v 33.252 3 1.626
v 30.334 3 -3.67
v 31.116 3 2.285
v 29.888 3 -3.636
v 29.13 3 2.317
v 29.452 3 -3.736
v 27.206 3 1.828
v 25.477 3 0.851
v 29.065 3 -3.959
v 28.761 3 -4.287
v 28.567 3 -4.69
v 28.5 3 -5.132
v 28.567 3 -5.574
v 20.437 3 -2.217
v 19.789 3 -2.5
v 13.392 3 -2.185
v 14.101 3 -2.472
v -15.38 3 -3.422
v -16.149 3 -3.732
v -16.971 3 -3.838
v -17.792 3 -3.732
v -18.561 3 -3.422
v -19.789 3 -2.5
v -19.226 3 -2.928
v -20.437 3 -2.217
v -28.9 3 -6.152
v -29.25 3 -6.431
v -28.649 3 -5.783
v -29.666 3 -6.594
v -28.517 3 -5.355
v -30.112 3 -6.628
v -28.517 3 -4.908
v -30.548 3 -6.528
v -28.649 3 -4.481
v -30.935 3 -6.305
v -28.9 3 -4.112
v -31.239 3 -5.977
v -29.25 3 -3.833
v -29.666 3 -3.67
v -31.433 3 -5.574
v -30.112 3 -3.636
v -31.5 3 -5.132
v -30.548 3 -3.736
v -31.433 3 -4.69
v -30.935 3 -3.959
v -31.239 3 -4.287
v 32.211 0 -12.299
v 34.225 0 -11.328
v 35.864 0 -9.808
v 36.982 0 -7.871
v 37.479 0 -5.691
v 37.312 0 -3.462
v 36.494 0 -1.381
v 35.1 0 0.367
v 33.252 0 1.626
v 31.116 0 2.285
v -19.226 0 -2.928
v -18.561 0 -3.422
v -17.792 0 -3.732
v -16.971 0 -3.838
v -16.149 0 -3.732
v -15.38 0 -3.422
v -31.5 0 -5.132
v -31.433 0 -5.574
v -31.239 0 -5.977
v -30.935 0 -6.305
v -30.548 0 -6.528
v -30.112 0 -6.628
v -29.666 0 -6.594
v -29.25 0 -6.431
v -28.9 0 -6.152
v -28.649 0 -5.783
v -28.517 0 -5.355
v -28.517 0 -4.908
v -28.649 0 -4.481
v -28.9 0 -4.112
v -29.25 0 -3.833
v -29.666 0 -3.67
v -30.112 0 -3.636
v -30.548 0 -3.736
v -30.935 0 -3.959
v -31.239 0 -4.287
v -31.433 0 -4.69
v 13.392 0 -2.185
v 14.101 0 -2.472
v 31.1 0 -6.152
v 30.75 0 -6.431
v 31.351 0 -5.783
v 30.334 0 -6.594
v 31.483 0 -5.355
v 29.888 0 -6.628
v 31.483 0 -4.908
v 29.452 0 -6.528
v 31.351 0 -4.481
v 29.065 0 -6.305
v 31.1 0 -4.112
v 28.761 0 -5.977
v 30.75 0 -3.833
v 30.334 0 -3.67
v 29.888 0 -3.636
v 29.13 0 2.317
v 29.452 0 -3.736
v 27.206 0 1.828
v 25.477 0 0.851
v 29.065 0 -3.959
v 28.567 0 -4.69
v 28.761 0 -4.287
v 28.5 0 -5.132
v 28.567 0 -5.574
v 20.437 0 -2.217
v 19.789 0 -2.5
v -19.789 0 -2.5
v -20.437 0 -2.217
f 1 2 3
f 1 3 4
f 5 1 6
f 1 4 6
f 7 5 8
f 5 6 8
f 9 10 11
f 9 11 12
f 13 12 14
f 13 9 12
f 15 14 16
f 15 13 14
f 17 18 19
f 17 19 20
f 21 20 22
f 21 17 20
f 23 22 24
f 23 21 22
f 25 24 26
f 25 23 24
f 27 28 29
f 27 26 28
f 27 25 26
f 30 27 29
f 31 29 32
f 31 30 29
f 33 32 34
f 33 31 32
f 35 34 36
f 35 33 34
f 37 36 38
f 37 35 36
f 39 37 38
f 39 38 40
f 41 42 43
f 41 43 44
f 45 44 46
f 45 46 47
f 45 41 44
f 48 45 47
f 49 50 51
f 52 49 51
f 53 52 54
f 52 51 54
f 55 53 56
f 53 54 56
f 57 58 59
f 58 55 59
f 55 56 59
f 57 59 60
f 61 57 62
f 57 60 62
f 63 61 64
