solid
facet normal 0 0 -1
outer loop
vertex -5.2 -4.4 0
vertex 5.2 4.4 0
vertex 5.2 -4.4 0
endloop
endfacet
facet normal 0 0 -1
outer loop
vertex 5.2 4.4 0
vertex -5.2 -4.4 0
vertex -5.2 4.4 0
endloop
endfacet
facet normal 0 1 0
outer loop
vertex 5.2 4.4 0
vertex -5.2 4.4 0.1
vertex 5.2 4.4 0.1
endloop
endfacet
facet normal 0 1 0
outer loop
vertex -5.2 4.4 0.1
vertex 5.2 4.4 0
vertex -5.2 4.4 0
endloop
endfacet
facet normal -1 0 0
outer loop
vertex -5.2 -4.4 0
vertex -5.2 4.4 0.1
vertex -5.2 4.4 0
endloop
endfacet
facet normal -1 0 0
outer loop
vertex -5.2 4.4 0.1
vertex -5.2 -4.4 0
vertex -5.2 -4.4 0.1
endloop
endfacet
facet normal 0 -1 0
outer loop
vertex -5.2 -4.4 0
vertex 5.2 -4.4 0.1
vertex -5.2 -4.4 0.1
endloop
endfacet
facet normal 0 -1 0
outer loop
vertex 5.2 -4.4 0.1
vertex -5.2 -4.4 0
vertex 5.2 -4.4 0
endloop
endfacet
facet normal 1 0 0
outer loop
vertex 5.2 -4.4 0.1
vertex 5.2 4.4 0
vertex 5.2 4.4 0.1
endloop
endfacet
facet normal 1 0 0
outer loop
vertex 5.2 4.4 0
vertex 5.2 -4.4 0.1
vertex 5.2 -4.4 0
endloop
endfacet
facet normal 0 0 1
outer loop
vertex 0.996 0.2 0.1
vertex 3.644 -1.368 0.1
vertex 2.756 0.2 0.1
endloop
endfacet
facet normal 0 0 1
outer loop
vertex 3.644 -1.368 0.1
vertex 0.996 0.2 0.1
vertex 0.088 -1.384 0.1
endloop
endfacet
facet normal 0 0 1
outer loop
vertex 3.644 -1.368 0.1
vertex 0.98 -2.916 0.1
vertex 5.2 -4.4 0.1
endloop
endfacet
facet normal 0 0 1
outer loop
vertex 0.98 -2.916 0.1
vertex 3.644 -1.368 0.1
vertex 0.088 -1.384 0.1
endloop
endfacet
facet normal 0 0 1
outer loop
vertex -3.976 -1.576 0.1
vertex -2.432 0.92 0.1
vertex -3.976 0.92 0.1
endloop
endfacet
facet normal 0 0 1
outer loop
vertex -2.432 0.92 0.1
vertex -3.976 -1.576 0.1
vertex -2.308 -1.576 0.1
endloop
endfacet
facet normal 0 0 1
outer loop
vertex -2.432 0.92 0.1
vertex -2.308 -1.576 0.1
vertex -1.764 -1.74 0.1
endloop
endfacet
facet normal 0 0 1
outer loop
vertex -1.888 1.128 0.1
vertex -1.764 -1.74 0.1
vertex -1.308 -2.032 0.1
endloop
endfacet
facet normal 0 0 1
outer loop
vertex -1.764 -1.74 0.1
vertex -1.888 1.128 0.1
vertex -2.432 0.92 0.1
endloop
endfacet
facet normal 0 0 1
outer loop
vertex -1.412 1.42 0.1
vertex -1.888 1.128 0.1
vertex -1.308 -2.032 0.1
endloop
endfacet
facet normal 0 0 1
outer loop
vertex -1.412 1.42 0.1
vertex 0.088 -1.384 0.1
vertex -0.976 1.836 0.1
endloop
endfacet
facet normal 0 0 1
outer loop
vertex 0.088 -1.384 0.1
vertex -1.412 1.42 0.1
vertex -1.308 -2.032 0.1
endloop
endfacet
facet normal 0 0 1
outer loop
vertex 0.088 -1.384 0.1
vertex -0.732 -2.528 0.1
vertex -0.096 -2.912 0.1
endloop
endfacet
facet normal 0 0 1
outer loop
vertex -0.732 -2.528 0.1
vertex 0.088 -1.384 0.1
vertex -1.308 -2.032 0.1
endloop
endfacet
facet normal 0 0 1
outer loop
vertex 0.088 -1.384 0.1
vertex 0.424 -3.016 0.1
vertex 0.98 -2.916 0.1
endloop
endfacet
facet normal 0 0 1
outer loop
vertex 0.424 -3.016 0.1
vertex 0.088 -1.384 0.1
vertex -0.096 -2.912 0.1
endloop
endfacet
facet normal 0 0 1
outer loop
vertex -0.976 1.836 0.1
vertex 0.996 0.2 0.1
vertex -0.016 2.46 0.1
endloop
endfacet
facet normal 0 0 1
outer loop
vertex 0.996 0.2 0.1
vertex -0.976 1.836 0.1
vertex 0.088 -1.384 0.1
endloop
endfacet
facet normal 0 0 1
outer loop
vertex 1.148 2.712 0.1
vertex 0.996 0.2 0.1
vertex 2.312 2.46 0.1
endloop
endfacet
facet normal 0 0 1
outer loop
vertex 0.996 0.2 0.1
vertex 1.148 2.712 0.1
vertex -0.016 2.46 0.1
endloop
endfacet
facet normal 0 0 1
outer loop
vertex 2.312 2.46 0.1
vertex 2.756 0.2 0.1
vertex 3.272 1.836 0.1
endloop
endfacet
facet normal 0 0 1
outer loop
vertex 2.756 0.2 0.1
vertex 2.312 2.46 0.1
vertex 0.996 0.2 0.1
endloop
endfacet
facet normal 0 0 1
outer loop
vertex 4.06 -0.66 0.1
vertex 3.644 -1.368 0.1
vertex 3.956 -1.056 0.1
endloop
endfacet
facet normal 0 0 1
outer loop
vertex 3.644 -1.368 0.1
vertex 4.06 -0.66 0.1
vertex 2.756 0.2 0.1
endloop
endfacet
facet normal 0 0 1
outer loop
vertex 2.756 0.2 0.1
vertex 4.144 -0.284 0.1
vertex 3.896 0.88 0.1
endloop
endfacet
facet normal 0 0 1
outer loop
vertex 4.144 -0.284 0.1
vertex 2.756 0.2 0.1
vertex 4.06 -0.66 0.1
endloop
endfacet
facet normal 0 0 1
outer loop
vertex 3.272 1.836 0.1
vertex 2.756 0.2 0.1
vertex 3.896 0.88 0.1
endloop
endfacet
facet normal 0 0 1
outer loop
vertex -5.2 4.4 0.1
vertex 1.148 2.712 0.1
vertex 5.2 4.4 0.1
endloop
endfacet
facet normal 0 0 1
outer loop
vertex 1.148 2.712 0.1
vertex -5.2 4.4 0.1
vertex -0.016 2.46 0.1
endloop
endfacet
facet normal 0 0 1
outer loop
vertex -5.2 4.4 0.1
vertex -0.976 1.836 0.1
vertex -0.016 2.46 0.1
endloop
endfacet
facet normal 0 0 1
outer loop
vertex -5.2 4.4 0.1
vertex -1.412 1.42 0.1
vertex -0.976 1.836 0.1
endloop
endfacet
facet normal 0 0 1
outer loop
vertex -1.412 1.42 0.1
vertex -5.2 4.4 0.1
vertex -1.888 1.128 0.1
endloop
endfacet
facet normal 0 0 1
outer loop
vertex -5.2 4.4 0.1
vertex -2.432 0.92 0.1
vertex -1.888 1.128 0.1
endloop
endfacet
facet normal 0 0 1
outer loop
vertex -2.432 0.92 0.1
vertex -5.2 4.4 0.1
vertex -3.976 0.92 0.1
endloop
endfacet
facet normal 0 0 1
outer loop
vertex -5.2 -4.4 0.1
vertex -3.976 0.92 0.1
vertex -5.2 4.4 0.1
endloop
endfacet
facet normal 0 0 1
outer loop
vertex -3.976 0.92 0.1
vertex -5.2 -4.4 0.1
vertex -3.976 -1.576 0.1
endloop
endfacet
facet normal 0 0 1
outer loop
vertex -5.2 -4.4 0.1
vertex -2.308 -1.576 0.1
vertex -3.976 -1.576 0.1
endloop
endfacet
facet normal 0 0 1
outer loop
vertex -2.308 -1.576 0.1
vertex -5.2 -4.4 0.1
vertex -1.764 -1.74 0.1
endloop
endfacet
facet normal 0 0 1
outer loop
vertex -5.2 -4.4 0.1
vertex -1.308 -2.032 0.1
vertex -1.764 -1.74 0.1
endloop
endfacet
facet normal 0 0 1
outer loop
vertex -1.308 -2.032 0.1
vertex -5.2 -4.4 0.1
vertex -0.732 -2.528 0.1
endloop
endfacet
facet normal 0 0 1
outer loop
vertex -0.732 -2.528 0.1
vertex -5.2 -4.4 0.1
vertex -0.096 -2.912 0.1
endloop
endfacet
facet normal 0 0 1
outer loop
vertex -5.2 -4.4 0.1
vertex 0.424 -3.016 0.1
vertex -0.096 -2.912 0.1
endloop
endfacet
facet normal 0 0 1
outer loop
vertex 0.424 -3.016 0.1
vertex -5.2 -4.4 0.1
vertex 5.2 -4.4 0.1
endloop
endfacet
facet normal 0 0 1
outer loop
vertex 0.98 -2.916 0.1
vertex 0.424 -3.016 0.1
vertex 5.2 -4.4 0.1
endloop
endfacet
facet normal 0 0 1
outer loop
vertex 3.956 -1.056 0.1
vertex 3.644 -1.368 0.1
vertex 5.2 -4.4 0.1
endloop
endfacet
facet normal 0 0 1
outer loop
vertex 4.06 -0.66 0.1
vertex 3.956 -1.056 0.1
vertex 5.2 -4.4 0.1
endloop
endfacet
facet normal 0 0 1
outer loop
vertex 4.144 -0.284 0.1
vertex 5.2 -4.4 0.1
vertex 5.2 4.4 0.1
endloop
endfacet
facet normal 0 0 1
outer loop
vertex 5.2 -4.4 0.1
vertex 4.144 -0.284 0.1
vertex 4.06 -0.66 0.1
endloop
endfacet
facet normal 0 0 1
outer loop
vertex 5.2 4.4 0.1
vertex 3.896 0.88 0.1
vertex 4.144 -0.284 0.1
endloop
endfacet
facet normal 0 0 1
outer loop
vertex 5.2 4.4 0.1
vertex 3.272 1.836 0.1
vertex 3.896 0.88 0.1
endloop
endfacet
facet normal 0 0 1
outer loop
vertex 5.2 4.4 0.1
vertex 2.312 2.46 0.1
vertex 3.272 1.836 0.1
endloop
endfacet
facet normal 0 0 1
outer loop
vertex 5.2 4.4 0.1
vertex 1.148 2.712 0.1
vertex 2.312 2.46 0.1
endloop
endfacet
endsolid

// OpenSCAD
// file: ../p/box5-12.scad
use <../lib.scad>
function ldraw_lib__box5_12() = [
// 0 Box with 5 Faces without Any Edges
// 0 Name: box5-12.dat
// 0 Author: Chris Dee [cwdee]
// 0 !LDRAW_ORG Primitive UPDATE 2009-02
// 0 !LICENSE Licensed under CC BY 2.0 and CC BY 4.0 : see CAreadme.txt
// 
// 0 BFC CERTIFY CCW
  [0,"BFC","CERTIFY"],
  [0,"BFC","CCW"],
// 
// 0 !HISTORY 2009-09-03 [PTadmin] Official Update 2009-02
// 
// 
// 4 16 1 1 1 1 1 -1 -1 1 -1 -1 1 1
  [4,16,1,1,1,1,1,-1,-1,1,-1,-1,1,1],
// 4 16 -1 0 1 1 0 1 1 1 1 -1 1 1
  [4,16,-1,0,1,1,0,1,1,1,1,-1,1,1],
// 4 16 -1 0 -1 -1 0 1 -1 1 1 -1 1 -1
  [4,16,-1,0,-1,-1,0,1,-1,1,1,-1,1,-1],
// 4 16 1 0 -1 -1 0 -1 -1 1 -1 1 1 -1
  [4,16,1,0,-1,-1,0,-1,-1,1,-1,1,1,-1],
// 4 16 1 0 1 1 0 -1 1 1 -1 1 1 1
  [4,16,1,0,1,1,0,-1,1,1,-1,1,1,1],
// 0
];
makepoly(ldraw_lib__box5_12(), line=0.2);
// main file
use <../lib.scad>
use <../p/box5-12.scad>
function ldraw_lib__195985d() = [
// 0 Sticker  1.1 x  1.3 with Yellow Wrench on Black Background
// 0 Name: 195985d.dat
// 0 Author: Takeshi Takahashi [RainbowDolphin]
// 0 !LDRAW_ORG Part UPDATE 2022-05
// 0 !LICENSE Licensed under CC BY 2.0 and CC BY 4.0 : see CAreadme.txt
//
▬▬▬▬▬▬▬▬▬▬
REQUIRED WORK: Repeat, word for word, the lines from the start of the records to the line that contains "v 19.789 3 -2.5", both of them included, and no others.

RESULT:
v 33.252 3 1.626
v 30.334 3 -3.67
v 31.116 3 2.285
v 29.888 3 -3.636
v 29.13 3 2.317
v 29.452 3 -3.736
v 27.206 3 1.828
v 25.477 3 0.851
v 29.065 3 -3.959
v 28.761 3 -4.287
v 28.567 3 -4.69
v 28.5 3 -5.132
v 28.567 3 -5.574
v 20.437 3 -2.217
v 19.789 3 -2.5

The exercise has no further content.